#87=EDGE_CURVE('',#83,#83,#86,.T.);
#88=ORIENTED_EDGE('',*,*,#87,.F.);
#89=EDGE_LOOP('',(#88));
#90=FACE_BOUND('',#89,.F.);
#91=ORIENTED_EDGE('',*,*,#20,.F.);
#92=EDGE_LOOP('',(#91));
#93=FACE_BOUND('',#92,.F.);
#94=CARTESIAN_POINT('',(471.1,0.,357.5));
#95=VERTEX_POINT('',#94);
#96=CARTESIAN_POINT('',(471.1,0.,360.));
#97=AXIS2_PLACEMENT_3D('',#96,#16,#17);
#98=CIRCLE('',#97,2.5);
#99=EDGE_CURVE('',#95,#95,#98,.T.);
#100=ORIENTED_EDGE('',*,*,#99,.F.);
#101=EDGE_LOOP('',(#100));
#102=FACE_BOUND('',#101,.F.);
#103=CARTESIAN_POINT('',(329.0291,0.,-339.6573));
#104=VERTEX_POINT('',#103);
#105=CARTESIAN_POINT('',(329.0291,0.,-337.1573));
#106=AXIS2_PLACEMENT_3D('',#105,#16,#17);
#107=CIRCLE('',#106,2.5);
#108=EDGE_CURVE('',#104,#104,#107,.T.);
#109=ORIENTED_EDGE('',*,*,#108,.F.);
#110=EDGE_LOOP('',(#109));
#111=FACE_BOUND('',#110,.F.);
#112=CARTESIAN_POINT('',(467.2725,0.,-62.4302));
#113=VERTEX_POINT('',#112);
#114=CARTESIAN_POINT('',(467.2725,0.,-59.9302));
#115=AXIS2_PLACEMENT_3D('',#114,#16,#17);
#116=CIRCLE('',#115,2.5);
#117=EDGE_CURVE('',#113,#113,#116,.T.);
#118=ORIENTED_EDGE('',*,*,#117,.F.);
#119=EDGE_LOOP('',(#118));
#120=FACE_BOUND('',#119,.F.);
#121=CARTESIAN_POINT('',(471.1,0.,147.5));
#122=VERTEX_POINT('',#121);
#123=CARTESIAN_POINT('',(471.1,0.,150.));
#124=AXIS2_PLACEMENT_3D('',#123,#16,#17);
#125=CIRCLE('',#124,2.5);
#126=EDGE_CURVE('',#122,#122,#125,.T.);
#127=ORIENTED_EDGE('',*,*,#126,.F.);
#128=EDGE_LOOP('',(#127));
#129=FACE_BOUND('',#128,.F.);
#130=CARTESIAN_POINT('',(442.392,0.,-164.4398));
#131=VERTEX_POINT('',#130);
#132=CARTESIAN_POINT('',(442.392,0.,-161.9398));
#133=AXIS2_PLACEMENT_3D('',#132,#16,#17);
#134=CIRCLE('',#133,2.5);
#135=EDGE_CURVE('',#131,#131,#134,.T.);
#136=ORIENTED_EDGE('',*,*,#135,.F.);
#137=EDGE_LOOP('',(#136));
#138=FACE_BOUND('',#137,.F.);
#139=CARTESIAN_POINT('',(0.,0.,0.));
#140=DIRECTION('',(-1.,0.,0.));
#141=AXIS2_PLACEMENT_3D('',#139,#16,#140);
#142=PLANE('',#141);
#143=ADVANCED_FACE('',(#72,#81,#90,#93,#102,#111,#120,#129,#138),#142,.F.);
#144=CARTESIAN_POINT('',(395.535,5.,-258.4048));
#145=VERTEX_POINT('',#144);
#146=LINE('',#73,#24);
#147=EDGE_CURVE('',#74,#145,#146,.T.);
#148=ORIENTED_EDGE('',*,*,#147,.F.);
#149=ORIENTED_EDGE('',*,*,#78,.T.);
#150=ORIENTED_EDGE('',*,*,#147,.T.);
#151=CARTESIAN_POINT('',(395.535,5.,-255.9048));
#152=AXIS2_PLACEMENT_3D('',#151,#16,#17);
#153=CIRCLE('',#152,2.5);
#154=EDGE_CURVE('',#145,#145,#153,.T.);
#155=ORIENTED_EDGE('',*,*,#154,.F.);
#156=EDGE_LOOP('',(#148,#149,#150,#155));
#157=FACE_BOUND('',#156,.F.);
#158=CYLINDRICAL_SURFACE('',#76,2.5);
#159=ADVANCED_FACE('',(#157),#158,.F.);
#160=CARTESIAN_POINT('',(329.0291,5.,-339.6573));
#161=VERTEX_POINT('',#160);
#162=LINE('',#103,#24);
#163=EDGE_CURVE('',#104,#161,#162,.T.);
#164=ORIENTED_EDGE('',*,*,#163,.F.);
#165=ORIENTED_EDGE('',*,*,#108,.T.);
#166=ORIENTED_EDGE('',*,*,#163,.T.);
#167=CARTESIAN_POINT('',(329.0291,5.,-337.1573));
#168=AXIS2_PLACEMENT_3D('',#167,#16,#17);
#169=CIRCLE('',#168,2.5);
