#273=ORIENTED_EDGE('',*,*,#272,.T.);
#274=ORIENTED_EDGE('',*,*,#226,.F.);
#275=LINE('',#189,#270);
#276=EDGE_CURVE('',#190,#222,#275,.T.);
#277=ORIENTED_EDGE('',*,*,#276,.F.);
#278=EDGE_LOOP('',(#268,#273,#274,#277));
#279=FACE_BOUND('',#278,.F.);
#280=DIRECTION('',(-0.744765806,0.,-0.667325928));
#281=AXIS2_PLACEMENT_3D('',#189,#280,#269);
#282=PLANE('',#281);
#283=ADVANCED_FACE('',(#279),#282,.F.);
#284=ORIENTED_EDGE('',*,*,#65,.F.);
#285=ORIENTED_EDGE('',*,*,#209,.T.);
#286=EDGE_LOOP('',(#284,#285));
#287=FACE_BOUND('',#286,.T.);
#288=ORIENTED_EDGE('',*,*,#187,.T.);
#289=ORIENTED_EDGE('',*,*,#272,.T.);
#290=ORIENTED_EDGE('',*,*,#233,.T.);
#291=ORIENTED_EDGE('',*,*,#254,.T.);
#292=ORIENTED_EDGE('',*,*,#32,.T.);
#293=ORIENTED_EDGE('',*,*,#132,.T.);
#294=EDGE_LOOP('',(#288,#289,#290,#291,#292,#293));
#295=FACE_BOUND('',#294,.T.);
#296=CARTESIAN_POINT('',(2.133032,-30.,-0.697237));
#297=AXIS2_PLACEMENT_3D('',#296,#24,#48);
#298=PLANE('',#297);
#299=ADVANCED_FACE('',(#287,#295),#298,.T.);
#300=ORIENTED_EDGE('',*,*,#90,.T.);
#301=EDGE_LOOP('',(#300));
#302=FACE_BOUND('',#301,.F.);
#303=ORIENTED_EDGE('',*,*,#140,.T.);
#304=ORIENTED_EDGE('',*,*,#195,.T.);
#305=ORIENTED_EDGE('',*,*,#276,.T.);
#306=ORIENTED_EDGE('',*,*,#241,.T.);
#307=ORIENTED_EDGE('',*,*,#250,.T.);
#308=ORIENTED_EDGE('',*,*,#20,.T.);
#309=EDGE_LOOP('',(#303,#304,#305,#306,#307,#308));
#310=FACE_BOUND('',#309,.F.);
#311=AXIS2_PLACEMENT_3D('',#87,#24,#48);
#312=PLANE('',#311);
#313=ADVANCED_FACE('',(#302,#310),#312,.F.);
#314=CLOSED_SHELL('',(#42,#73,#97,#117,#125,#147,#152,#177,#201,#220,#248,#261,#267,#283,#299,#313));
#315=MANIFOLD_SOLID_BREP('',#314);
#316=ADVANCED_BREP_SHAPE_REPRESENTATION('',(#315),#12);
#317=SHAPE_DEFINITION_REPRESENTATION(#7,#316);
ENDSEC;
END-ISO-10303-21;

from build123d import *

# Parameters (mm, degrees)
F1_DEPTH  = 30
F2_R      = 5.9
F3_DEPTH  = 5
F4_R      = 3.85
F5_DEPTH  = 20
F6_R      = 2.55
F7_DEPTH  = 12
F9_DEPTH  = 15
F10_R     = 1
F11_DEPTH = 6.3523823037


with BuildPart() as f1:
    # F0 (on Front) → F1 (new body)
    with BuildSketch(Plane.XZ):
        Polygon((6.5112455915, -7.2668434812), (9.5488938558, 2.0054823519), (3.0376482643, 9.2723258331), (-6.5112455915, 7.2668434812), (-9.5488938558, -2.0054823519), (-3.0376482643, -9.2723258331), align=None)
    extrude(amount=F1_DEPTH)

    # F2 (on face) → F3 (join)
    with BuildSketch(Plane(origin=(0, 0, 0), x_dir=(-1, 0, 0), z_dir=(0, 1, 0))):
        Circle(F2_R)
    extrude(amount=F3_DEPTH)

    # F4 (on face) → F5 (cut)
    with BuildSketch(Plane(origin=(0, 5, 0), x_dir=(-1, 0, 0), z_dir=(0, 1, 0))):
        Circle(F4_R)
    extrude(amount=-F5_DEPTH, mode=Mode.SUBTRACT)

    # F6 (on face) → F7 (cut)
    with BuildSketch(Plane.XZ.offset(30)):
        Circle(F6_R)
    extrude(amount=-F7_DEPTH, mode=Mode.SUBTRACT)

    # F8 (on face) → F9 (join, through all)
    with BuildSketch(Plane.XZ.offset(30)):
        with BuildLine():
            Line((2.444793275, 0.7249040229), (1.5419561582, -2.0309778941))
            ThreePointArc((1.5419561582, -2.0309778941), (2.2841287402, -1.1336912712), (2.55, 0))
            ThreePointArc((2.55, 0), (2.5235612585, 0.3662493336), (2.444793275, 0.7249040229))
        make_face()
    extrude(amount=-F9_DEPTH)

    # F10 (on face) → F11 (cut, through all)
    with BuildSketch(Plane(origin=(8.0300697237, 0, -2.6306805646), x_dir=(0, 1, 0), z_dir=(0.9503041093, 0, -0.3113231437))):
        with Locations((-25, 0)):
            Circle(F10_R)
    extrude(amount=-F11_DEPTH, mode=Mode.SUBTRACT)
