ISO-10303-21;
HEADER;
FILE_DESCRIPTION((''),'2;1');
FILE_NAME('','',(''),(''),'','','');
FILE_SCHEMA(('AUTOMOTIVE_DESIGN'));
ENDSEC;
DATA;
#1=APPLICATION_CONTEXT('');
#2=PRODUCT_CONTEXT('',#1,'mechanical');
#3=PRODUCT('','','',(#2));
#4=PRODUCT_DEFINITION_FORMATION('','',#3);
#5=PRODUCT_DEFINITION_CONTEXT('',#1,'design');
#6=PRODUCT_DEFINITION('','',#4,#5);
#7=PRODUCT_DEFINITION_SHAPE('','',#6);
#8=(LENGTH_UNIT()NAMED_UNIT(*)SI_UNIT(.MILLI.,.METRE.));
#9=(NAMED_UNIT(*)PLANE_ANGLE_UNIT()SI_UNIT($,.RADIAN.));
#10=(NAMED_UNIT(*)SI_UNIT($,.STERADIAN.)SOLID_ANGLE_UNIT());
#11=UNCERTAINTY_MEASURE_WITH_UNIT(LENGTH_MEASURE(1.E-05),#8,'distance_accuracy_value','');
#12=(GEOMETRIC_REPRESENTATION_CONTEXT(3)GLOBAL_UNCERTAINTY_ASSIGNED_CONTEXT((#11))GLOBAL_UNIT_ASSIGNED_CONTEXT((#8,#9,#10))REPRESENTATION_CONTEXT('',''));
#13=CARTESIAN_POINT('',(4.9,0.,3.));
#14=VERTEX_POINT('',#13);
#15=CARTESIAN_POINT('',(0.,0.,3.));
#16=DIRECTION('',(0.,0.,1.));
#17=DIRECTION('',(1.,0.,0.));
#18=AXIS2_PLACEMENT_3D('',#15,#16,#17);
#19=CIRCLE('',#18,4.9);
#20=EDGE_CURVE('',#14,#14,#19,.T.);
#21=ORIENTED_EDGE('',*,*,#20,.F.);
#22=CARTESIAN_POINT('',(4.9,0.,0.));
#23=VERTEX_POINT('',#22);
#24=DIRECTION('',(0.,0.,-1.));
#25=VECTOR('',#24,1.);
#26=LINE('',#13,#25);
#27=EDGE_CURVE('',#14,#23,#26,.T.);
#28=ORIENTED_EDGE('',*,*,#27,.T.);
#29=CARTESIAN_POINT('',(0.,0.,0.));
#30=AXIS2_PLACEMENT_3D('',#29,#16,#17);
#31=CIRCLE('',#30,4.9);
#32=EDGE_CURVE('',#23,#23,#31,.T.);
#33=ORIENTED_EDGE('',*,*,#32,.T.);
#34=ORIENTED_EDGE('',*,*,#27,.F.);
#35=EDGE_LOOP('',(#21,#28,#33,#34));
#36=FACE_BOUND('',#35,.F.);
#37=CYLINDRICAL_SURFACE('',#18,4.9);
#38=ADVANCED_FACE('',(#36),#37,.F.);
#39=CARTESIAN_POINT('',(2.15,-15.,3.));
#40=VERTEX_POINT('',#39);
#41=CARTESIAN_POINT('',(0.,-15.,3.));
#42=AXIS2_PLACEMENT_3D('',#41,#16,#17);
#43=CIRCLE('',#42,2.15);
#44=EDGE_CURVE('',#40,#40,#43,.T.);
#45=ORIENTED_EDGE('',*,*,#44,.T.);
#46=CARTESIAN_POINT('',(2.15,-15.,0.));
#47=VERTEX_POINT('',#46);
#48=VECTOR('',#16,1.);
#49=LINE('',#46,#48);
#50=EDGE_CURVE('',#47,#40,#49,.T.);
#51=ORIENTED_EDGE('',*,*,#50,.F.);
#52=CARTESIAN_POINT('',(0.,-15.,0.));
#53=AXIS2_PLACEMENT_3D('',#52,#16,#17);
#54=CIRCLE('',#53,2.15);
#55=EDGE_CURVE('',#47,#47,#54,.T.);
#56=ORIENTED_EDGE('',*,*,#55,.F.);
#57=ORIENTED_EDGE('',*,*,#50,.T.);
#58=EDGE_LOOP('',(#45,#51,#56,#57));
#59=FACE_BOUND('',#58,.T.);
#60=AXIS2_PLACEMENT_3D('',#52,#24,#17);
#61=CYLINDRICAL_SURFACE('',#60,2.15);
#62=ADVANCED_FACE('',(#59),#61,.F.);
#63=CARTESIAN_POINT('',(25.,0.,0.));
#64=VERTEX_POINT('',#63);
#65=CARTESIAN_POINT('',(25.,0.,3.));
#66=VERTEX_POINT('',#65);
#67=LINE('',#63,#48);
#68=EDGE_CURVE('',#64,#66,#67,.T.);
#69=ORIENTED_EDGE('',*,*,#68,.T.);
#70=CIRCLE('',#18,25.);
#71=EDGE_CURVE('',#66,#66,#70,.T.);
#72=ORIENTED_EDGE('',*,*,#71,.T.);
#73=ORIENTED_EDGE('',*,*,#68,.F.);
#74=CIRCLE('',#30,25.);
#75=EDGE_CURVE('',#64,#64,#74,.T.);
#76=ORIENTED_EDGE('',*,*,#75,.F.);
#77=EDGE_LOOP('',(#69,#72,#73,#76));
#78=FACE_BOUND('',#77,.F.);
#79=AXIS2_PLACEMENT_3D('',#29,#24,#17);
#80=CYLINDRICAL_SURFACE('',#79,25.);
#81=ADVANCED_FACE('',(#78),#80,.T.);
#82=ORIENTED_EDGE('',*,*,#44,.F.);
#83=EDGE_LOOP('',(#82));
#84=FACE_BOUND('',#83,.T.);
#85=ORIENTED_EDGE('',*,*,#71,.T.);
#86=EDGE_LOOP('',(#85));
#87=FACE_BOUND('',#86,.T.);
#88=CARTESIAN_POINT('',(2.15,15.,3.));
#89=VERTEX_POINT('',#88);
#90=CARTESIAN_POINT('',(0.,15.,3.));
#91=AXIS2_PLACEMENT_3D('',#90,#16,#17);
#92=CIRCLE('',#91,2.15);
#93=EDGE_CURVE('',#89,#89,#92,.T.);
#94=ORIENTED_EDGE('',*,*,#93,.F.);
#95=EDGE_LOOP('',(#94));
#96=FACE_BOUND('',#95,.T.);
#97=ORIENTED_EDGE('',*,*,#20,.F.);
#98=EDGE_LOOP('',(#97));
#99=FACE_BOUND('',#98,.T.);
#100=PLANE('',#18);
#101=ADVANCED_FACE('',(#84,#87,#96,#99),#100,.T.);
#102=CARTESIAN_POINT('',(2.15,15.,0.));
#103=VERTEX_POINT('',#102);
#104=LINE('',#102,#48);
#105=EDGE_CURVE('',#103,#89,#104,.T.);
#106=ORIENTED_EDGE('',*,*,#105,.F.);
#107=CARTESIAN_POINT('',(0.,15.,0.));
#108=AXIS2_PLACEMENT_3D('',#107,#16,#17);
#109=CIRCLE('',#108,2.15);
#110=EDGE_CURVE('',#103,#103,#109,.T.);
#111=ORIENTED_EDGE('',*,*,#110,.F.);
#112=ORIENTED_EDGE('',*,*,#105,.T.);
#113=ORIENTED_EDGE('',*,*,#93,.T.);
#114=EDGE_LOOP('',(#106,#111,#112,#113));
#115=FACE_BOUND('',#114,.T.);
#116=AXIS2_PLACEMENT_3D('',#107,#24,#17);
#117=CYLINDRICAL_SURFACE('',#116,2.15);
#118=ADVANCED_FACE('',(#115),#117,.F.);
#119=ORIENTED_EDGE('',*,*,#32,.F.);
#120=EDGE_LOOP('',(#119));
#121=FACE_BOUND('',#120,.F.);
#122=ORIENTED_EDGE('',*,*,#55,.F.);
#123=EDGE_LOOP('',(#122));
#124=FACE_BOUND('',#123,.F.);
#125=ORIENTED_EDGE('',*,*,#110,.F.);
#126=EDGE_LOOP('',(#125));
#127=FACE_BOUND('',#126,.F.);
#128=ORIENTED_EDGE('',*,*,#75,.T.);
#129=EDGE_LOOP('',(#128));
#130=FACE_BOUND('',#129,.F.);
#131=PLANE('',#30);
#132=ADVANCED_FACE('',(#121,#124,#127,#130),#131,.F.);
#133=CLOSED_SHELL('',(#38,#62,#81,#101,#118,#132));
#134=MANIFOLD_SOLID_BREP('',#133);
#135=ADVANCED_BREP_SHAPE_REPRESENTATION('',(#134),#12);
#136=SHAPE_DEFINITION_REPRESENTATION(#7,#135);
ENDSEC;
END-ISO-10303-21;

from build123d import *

# Parameters (mm, degrees)
F0_R     = 25
F0_R_2   = 2.15
F1_DEPTH = 3
F2_R     = 4.9
F3_DEPTH = 3.001


with BuildPart() as f1:
    # F0 (on Top) → F1 (new body)
    with BuildSketch(Plane.XY):
        Circle(F0_R)
        with Locations((0, -15)):
            Circle(F0_R_2, mode=Mode.SUBTRACT)
        with Locations((0, 15)):
            Circle(F0_R_2, mode=Mode.SUBTRACT)
    extrude(amount=F1_DEPTH)

    # F2 (on face) → F3 (cut, through all)
    with BuildSketch(Plane.XY.offset(3)):
        Circle(F2_R)
    extrude(amount=-F3_DEPTH, mode=Mode.SUBTRACT)


solid = f1.part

EXERCISE DETAILS
Take the listing above and repeat exactly the lines from the one containing "#142=PLANE('',#141);" through the one containing "#301=EDGE_LOOP('',(#300));", both included.

RESULT OF THIS EXERCISE
#142=PLANE('',#141);
#143=ADVANCED_FACE('',(#72,#81,#90,#93,#102,#111,#120,#129,#138),#142,.F.);
#144=CARTESIAN_POINT('',(395.535,5.,-258.4048));
#145=VERTEX_POINT('',#144);
#146=LINE('',#73,#24);
#147=EDGE_CURVE('',#74,#145,#146,.T.);
#148=ORIENTED_EDGE('',*,*,#147,.F.);
#149=ORIENTED_EDGE('',*,*,#78,.T.);
#150=ORIENTED_EDGE('',*,*,#147,.T.);
#151=CARTESIAN_POINT('',(395.535,5.,-255.9048));
#152=AXIS2_PLACEMENT_3D('',#151,#16,#17);
#153=CIRCLE('',#152,2.5);
#154=EDGE_CURVE('',#145,#145,#153,.T.);
#155=ORIENTED_EDGE('',*,*,#154,.F.);
#156=EDGE_LOOP('',(#148,#149,#150,#155));
#157=FACE_BOUND('',#156,.F.);
#158=CYLINDRICAL_SURFACE('',#76,2.5);
#159=ADVANCED_FACE('',(#157),#158,.F.);
#160=CARTESIAN_POINT('',(329.0291,5.,-339.6573));
#161=VERTEX_POINT('',#160);
#162=LINE('',#103,#24);
#163=EDGE_CURVE('',#104,#161,#162,.T.);
#164=ORIENTED_EDGE('',*,*,#163,.F.);
#165=ORIENTED_EDGE('',*,*,#108,.T.);
#166=ORIENTED_EDGE('',*,*,#163,.T.);
#167=CARTESIAN_POINT('',(329.0291,5.,-337.1573));
#168=AXIS2_PLACEMENT_3D('',#167,#16,#17);
#169=CIRCLE('',#168,2.5);
#273=ORIENTED_EDGE('',*,*,#272,.T.);
#274=ORIENTED_EDGE('',*,*,#226,.F.);
#275=LINE('',#189,#270);
#276=EDGE_CURVE('',#190,#222,#275,.T.);
#277=ORIENTED_EDGE('',*,*,#276,.F.);
#278=EDGE_LOOP('',(#268,#273,#274,#277));
#279=FACE_BOUND('',#278,.F.);
#280=DIRECTION('',(-0.744765806,0.,-0.667325928));
#281=AXIS2_PLACEMENT_3D('',#189,#280,#269);
#282=PLANE('',#281);
#283=ADVANCED_FACE('',(#279),#282,.F.);
#284=ORIENTED_EDGE('',*,*,#65,.F.);
#285=ORIENTED_EDGE('',*,*,#209,.T.);
#286=EDGE_LOOP('',(#284,#285));
#287=FACE_BOUND('',#286,.T.);
#288=ORIENTED_EDGE('',*,*,#187,.T.);
#289=ORIENTED_EDGE('',*,*,#272,.T.);
#290=ORIENTED_EDGE('',*,*,#233,.T.);
#291=ORIENTED_EDGE('',*,*,#254,.T.);
#292=ORIENTED_EDGE('',*,*,#32,.T.);
#293=ORIENTED_EDGE('',*,*,#132,.T.);
#294=EDGE_LOOP('',(#288,#289,#290,#291,#292,#293));
#295=FACE_BOUND('',#294,.T.);
#296=CARTESIAN_POINT('',(2.133032,-30.,-0.697237));
#297=AXIS2_PLACEMENT_3D('',#296,#24,#48);
#298=PLANE('',#297);
#299=ADVANCED_FACE('',(#287,#295),#298,.T.);
#300=ORIENTED_EDGE('',*,*,#90,.T.);
#301=EDGE_LOOP('',(#300));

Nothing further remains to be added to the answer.